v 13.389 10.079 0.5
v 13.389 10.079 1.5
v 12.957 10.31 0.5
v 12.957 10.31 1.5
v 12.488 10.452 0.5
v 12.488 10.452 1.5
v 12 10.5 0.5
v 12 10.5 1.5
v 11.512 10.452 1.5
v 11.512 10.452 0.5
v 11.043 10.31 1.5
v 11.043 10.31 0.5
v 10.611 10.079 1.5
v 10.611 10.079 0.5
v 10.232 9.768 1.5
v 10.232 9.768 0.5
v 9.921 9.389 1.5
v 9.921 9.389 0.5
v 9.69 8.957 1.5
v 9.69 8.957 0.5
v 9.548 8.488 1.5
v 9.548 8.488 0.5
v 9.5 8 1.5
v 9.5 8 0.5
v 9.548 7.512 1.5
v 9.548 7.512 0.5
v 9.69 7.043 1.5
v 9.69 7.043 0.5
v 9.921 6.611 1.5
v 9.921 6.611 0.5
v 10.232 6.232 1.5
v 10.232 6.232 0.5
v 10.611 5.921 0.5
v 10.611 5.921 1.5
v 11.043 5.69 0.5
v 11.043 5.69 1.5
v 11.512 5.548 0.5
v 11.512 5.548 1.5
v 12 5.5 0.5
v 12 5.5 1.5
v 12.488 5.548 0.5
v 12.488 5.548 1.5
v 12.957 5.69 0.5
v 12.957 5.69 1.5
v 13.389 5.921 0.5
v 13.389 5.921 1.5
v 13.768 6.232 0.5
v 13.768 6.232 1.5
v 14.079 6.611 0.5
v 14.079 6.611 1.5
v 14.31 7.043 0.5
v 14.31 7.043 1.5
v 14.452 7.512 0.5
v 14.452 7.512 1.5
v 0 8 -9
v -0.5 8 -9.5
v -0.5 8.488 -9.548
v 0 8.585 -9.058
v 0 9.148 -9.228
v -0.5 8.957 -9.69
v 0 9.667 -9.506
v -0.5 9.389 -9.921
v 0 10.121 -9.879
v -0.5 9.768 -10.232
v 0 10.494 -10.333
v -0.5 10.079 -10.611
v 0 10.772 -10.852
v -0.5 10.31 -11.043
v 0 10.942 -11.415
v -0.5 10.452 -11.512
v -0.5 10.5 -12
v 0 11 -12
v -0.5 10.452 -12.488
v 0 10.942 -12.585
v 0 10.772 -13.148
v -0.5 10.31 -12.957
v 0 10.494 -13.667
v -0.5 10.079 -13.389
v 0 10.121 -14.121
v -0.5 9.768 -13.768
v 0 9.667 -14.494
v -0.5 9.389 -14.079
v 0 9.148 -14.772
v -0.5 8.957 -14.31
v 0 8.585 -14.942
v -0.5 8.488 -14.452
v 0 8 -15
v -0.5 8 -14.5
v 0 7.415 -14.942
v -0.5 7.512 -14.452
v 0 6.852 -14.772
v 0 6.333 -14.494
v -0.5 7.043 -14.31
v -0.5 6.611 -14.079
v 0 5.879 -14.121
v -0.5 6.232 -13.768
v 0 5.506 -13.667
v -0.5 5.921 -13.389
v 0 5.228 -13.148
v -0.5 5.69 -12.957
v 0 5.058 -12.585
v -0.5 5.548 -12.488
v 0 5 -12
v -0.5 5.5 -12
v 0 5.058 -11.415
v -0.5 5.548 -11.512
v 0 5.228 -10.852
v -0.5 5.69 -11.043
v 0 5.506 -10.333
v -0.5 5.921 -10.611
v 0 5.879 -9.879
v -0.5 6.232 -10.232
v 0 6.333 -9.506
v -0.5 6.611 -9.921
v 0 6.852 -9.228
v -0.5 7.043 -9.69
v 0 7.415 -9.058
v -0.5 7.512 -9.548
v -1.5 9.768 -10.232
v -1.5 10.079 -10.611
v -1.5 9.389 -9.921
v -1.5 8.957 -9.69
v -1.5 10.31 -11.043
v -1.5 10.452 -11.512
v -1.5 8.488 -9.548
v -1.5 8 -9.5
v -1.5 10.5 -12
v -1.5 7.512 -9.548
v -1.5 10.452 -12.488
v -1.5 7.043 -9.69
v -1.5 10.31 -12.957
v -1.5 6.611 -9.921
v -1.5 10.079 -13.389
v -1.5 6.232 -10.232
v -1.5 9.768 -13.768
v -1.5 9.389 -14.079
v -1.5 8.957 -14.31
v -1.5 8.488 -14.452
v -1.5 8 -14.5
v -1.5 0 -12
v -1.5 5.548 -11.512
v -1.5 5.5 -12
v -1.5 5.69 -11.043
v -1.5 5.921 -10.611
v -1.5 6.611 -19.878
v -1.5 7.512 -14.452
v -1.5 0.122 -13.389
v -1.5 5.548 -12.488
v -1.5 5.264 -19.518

■ ■ ■ ■ ■

PROBLEM DETAILS
Look above for the line holding "v -1.5 10.079 -10.611", then set down exactly that line and every line after it up to and including the line holding "v -1.5 5.921 -10.611", with nothing else.

RESPONSE BELOW
v -1.5 10.079 -10.611
v -1.5 9.389 -9.921
v -1.5 8.957 -9.69
v -1.5 10.31 -11.043
v -1.5 10.452 -11.512
v -1.5 8.488 -9.548
v -1.5 8 -9.5
v -1.5 10.5 -12
v -1.5 7.512 -9.548
v -1.5 10.452 -12.488
v -1.5 7.043 -9.69
v -1.5 10.31 -12.957
v -1.5 6.611 -9.921
v -1.5 10.079 -13.389
v -1.5 6.232 -10.232
v -1.5 9.768 -13.768
v -1.5 9.389 -14.079
v -1.5 8.957 -14.31
v -1.5 8.488 -14.452
v -1.5 8 -14.5
v -1.5 0 -12
v -1.5 5.548 -11.512
v -1.5 5.5 -12
v -1.5 5.69 -11.043
v -1.5 5.921 -10.611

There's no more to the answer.